* _TASK TO COMPLETE_
Show all lines from the listing below that contain "center".

* _SUPPLIED DATA_
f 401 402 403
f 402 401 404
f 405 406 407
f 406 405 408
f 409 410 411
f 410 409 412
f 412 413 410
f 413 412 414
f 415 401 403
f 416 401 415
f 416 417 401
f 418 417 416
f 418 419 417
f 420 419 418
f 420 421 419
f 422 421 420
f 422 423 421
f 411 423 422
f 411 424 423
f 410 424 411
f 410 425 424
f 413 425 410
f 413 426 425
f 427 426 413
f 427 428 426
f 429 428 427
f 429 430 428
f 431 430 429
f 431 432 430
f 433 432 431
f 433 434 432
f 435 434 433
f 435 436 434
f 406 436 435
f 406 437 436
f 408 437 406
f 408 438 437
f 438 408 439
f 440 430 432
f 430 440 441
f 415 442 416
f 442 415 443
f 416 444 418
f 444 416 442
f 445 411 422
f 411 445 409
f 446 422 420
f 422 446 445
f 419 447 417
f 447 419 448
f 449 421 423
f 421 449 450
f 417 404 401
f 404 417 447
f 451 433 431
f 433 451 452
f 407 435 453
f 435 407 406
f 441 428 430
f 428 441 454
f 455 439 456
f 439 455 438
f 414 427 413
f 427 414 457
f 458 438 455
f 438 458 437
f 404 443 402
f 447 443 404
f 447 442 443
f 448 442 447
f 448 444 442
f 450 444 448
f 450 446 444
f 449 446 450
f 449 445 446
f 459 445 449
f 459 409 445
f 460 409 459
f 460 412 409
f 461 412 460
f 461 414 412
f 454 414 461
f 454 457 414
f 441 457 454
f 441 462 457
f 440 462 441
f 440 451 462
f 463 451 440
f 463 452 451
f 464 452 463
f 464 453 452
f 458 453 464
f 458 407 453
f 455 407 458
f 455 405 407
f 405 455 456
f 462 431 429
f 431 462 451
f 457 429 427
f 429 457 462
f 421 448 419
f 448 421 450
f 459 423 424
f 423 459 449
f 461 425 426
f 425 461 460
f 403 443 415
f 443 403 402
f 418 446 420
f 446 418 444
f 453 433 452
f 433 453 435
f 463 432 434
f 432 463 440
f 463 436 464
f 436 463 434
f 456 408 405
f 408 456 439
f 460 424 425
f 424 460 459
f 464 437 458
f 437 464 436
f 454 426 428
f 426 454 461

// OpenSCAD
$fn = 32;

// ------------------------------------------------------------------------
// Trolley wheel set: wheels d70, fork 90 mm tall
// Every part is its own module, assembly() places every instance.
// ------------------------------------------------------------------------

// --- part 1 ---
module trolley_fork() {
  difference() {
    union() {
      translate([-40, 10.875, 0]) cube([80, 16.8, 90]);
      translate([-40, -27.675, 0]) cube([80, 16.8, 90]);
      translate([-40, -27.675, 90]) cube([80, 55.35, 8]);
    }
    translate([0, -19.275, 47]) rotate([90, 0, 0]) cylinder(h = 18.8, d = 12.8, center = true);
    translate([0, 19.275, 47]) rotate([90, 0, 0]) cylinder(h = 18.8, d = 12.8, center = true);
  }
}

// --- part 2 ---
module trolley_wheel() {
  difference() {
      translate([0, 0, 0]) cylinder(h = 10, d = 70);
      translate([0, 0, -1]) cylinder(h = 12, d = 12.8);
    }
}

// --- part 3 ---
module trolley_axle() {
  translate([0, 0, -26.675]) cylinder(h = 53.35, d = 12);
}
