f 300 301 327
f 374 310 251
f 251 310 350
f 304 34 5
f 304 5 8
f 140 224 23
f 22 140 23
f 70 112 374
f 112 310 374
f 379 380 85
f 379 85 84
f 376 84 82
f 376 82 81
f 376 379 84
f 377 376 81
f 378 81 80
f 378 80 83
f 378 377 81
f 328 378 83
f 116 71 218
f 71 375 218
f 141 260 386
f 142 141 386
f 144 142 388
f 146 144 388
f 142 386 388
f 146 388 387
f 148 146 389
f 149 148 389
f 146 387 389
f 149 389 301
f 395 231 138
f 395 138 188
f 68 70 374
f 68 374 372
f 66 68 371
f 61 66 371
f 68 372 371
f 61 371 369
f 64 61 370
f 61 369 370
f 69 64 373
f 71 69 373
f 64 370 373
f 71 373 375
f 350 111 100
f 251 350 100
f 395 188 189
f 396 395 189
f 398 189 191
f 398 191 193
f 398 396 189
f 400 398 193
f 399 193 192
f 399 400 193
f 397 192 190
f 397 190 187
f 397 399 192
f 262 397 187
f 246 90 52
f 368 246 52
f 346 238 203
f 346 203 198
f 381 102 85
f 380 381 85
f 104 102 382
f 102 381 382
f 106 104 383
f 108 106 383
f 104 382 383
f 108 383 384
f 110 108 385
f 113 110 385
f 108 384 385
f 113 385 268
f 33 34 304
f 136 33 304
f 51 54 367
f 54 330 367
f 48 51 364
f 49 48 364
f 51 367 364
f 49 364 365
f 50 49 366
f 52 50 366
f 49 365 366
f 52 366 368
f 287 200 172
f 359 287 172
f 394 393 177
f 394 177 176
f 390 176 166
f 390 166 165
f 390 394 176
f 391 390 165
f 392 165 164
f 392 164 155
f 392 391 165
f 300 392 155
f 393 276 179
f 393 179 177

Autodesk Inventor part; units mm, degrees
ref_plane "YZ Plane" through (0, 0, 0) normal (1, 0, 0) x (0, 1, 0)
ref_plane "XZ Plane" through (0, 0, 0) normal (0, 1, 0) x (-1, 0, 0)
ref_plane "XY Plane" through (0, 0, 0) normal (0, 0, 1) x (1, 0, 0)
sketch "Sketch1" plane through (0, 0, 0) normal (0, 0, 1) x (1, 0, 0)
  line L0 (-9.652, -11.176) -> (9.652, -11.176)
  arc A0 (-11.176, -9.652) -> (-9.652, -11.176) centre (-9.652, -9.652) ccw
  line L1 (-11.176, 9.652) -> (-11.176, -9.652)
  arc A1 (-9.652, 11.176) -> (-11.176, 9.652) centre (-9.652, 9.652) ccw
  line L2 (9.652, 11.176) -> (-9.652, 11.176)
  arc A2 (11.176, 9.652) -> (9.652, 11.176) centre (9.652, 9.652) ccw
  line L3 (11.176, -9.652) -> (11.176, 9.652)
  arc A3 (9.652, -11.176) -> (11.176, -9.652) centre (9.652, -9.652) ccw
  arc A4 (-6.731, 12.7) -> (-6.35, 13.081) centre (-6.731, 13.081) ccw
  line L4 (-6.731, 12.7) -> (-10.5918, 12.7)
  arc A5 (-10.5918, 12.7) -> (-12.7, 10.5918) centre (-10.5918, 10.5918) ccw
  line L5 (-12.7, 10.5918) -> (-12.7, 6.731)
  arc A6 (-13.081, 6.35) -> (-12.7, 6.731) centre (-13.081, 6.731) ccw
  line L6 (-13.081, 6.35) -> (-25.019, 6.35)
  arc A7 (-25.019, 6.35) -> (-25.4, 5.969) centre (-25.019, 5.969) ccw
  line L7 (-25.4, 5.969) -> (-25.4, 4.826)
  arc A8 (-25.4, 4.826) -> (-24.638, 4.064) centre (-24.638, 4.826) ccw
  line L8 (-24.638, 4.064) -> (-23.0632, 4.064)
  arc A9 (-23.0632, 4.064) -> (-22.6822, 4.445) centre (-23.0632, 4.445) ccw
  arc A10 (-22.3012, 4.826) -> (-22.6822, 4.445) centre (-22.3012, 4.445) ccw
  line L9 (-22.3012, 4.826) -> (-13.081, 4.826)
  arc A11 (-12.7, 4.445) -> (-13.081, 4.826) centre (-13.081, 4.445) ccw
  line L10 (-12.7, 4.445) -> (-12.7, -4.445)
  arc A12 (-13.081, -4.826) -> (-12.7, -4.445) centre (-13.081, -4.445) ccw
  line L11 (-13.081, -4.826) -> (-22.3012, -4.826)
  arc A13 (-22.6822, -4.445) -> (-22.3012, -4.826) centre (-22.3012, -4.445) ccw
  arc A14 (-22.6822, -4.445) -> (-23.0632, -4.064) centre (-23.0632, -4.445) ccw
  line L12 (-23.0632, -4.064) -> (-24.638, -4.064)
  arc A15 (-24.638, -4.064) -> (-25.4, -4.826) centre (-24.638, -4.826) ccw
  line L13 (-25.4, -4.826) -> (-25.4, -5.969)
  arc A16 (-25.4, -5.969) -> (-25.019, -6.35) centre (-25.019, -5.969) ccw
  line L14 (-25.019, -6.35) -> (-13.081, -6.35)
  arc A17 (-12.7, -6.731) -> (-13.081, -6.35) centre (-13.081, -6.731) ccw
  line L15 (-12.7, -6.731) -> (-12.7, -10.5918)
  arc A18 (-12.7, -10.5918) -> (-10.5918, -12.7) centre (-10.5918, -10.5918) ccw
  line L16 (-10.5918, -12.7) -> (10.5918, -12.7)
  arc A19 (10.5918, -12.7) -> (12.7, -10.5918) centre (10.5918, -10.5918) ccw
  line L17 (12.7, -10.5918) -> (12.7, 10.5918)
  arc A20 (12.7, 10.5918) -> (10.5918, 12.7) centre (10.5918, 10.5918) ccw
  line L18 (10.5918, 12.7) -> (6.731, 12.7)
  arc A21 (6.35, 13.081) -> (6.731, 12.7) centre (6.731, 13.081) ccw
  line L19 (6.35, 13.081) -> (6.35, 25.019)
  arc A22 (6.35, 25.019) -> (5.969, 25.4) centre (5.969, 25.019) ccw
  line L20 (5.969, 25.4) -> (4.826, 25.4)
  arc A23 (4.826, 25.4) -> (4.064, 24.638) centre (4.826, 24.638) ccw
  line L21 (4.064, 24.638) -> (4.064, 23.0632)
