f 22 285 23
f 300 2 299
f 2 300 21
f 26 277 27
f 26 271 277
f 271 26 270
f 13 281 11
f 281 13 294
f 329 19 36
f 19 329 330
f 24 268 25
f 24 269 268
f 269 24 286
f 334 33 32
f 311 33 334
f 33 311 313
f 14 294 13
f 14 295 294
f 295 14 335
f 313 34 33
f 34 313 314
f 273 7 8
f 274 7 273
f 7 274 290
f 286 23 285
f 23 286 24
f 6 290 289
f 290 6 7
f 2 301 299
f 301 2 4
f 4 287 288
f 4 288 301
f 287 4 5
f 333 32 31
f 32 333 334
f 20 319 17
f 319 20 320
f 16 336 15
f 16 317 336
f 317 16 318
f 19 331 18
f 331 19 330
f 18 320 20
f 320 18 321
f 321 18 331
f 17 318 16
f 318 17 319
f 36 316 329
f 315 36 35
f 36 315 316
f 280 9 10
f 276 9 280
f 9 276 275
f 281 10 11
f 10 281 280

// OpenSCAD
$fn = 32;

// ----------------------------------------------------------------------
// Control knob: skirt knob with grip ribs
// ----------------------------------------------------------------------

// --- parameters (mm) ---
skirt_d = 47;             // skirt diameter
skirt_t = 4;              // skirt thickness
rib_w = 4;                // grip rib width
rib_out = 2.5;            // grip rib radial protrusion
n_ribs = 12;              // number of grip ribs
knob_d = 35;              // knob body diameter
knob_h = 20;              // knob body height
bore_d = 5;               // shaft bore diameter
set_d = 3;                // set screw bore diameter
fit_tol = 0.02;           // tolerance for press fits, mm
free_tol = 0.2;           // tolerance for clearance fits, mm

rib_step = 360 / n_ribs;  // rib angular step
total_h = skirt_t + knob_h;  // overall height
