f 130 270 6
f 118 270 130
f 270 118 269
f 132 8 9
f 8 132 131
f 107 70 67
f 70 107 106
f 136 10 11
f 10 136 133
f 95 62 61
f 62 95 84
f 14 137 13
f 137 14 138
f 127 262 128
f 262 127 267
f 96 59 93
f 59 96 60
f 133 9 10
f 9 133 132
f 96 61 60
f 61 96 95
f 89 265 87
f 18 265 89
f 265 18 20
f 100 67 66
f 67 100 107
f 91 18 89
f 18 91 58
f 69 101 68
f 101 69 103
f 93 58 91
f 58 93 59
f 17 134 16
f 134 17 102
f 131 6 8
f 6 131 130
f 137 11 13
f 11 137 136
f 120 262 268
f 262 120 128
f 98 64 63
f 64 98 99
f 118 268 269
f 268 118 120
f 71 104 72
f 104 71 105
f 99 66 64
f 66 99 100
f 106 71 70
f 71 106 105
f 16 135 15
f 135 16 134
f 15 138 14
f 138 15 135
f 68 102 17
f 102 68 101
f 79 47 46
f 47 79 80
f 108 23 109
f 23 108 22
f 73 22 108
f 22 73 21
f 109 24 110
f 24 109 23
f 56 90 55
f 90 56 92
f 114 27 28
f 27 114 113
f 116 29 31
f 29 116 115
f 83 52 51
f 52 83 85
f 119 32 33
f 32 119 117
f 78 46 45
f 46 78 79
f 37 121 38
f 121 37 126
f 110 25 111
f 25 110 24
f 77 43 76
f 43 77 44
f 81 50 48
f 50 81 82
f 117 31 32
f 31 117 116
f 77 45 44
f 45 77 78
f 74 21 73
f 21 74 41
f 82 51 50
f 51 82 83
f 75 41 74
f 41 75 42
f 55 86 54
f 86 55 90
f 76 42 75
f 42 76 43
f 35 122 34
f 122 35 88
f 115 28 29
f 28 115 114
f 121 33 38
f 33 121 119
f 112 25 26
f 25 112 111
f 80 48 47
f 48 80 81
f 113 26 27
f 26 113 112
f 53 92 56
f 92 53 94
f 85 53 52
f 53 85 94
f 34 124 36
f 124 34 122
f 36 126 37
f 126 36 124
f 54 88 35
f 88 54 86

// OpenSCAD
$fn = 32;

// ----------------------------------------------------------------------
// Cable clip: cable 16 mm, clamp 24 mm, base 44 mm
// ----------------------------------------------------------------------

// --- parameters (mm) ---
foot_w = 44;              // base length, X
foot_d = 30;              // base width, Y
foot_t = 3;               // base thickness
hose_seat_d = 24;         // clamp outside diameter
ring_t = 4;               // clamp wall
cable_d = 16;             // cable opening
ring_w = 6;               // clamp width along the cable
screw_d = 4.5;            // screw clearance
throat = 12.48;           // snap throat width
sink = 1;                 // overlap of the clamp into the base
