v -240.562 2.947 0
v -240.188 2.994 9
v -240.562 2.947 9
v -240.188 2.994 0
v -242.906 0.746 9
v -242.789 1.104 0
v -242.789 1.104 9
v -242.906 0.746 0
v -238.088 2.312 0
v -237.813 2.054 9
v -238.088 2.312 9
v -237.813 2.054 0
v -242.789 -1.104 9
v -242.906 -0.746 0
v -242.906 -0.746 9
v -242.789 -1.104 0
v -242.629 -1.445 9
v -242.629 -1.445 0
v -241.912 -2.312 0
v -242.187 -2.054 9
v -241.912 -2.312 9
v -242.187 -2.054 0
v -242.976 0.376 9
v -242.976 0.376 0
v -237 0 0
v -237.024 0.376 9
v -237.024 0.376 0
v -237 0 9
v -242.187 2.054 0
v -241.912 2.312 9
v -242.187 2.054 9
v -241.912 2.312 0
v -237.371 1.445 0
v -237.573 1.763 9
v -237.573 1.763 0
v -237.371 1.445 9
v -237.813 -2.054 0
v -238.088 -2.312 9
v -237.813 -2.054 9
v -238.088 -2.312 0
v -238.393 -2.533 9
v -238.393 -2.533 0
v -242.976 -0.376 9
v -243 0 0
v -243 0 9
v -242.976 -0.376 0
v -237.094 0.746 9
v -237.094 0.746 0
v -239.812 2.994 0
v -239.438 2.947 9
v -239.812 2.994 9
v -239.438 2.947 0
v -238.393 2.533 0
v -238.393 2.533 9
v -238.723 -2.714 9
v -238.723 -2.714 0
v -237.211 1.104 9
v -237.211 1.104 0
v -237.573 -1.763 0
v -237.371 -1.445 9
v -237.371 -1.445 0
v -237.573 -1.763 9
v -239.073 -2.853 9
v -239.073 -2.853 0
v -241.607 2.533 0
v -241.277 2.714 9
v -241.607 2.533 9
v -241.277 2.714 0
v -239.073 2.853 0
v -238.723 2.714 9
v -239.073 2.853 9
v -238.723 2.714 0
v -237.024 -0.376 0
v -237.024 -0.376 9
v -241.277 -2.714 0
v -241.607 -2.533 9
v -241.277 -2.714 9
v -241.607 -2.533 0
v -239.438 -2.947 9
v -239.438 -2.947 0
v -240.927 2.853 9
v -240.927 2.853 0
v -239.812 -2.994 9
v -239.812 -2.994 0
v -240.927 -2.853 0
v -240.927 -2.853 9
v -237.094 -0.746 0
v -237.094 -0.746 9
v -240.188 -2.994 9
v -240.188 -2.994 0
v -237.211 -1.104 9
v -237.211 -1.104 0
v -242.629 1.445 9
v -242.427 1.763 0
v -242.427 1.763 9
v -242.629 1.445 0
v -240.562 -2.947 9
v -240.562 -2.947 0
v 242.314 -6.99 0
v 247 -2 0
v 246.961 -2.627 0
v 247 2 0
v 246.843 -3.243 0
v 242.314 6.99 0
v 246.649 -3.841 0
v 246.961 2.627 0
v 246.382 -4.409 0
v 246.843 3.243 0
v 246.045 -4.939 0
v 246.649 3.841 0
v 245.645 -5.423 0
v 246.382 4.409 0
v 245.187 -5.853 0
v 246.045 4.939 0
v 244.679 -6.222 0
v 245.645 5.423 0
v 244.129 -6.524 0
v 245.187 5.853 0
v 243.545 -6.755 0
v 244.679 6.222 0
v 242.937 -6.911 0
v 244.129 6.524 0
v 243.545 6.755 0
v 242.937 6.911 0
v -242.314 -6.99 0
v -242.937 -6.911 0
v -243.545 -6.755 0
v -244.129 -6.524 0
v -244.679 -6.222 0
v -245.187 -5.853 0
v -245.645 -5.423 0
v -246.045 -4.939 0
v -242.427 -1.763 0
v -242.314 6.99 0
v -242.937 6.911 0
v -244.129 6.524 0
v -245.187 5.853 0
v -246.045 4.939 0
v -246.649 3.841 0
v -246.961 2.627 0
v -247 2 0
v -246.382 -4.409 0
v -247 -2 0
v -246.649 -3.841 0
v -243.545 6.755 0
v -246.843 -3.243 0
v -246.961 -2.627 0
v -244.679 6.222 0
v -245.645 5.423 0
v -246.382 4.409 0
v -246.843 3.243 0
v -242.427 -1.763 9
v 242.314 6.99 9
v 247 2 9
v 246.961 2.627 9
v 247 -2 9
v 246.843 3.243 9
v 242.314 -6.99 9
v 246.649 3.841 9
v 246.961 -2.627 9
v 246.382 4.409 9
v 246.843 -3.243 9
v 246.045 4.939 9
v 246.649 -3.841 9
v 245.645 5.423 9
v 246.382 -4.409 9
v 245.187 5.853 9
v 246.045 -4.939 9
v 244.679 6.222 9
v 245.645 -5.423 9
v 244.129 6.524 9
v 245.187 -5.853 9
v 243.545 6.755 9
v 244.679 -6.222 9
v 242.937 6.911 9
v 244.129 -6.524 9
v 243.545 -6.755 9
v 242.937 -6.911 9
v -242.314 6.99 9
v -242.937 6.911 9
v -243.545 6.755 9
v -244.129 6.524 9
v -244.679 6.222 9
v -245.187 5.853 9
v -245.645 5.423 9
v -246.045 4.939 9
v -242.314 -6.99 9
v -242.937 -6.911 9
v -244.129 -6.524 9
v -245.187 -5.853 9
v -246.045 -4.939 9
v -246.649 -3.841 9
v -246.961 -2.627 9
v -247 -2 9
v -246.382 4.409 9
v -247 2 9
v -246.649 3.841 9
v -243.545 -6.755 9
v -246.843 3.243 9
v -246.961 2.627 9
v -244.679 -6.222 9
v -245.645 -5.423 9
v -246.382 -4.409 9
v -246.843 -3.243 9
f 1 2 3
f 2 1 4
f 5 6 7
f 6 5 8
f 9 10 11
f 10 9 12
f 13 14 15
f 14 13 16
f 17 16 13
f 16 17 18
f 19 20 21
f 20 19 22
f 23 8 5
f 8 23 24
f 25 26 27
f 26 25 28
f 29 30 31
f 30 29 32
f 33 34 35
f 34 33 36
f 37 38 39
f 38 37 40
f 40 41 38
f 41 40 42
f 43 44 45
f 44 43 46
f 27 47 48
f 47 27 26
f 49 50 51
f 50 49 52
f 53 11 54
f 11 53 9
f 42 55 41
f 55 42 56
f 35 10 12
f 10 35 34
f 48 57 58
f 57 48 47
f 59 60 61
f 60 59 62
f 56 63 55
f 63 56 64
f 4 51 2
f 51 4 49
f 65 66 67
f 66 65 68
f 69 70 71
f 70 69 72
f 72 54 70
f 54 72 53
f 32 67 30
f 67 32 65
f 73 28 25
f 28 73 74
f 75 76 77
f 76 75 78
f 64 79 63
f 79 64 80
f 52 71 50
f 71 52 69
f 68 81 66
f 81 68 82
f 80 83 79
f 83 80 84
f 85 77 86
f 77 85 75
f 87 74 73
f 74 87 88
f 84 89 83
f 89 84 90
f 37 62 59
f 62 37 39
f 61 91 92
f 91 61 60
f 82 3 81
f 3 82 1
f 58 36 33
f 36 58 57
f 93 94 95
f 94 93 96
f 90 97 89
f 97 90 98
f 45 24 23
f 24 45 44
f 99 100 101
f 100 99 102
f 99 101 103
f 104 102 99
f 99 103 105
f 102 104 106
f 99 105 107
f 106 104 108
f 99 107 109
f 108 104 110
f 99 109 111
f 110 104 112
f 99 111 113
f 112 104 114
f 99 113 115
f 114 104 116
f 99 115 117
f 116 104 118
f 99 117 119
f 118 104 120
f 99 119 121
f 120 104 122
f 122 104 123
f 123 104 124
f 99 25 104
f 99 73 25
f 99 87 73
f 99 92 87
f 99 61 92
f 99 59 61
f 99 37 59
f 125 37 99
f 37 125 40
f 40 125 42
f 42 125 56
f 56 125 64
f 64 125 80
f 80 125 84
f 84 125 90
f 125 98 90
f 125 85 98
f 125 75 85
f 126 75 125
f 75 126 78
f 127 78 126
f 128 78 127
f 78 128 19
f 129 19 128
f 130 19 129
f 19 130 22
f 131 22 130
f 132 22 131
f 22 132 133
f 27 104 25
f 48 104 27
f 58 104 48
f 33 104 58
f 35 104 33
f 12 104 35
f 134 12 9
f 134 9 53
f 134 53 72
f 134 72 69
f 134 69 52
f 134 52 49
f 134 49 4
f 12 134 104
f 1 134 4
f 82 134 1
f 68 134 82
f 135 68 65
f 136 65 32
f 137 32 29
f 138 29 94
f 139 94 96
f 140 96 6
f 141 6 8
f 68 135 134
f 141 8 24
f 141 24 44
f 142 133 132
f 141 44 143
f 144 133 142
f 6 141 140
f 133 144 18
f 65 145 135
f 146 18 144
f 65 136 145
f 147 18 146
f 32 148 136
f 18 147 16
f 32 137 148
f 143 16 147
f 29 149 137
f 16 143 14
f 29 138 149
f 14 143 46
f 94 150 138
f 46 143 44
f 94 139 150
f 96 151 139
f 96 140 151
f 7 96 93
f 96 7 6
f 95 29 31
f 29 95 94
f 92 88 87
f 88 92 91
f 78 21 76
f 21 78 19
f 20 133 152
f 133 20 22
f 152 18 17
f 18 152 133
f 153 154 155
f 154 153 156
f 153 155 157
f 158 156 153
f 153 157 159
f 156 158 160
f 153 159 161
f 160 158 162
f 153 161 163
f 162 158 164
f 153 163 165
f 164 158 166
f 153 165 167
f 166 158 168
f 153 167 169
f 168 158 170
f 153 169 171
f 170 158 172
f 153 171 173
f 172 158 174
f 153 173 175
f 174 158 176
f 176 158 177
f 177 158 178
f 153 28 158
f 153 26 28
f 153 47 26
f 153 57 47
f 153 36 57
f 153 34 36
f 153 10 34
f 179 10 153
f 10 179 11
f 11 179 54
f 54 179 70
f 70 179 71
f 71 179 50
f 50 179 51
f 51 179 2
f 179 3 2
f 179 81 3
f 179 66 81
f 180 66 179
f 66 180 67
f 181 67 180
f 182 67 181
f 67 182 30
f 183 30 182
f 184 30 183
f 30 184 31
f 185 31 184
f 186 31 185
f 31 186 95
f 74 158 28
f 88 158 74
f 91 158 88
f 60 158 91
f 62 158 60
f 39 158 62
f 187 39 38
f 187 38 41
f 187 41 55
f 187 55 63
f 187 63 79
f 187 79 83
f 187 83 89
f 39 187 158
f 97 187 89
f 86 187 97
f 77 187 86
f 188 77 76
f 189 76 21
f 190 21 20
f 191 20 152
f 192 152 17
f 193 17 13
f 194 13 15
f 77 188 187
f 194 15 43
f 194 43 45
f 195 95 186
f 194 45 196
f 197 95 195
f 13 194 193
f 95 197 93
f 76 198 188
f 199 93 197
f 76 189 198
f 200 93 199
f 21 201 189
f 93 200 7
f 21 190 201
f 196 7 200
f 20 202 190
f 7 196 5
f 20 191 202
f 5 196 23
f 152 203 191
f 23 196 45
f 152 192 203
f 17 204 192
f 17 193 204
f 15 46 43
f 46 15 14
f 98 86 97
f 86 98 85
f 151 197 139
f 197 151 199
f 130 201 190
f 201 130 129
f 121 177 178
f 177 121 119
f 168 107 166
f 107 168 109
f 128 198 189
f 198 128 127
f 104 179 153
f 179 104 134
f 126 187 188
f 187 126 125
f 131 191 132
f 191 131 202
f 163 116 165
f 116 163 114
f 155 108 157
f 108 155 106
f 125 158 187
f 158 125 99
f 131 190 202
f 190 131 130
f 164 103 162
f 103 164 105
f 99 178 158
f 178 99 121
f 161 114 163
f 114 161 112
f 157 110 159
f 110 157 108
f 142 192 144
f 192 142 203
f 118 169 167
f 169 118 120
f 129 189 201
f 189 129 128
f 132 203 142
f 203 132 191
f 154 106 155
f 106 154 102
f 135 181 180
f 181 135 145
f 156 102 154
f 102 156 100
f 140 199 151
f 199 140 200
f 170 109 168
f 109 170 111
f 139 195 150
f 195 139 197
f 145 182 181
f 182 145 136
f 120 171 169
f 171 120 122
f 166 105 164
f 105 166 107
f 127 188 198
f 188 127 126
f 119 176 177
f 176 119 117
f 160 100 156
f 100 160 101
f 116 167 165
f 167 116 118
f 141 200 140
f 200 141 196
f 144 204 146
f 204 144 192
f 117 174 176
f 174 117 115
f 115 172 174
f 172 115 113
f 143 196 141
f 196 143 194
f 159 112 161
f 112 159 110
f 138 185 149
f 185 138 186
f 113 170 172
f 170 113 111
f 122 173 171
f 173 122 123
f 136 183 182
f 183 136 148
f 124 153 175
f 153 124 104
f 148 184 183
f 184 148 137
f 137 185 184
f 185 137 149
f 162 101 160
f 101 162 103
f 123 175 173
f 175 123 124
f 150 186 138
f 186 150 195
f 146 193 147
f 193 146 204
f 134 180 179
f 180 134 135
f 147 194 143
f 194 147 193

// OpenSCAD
$fn = 50;


difference() {
	union() {
		hull() {
			translate(v = [-242.0000000000, 2.0000000000, 0]) {
				cylinder(h = 9, r = 5);
			}
			translate(v = [242.0000000000, 2.0000000000, 0]) {
				cylinder(h = 9, r = 5);
			}
			translate(v = [-242.0000000000, -2.0000000000, 0]) {
				cylinder(h = 9, r = 5);
			}
			translate(v = [242.0000000000, -2.0000000000, 0]) {
				cylinder(h = 9, r = 5);
			}
		}
	}
	union() {
		translate(v = [-240.0000000000, 0.0000000000, 0]) {
			cylinder(h = 9, r = 3.0000000000);
		}
		translate(v = [-240.0000000000, 0.0000000000, 0]) {
			cylinder(h = 9, r = 1.5000000000);
		}
		translate(v = [-240.0000000000, 0.0000000000, 0]) {
			cylinder(h = 9, r = 1.5000000000);
		}
		translate(v = [-240.0000000000, 0.0000000000, 0]) {
			cylinder(h = 9, r = 1.5000000000);
		}
	}
}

* _OUTPUT OF THE TASK_
    translate([0, -19.275, 47]) rotate([90, 0, 0]) cylinder(h = 18.8, d = 12.8, center = true);
    translate([0, 19.275, 47]) rotate([90, 0, 0]) cylinder(h = 18.8, d = 12.8, center = true);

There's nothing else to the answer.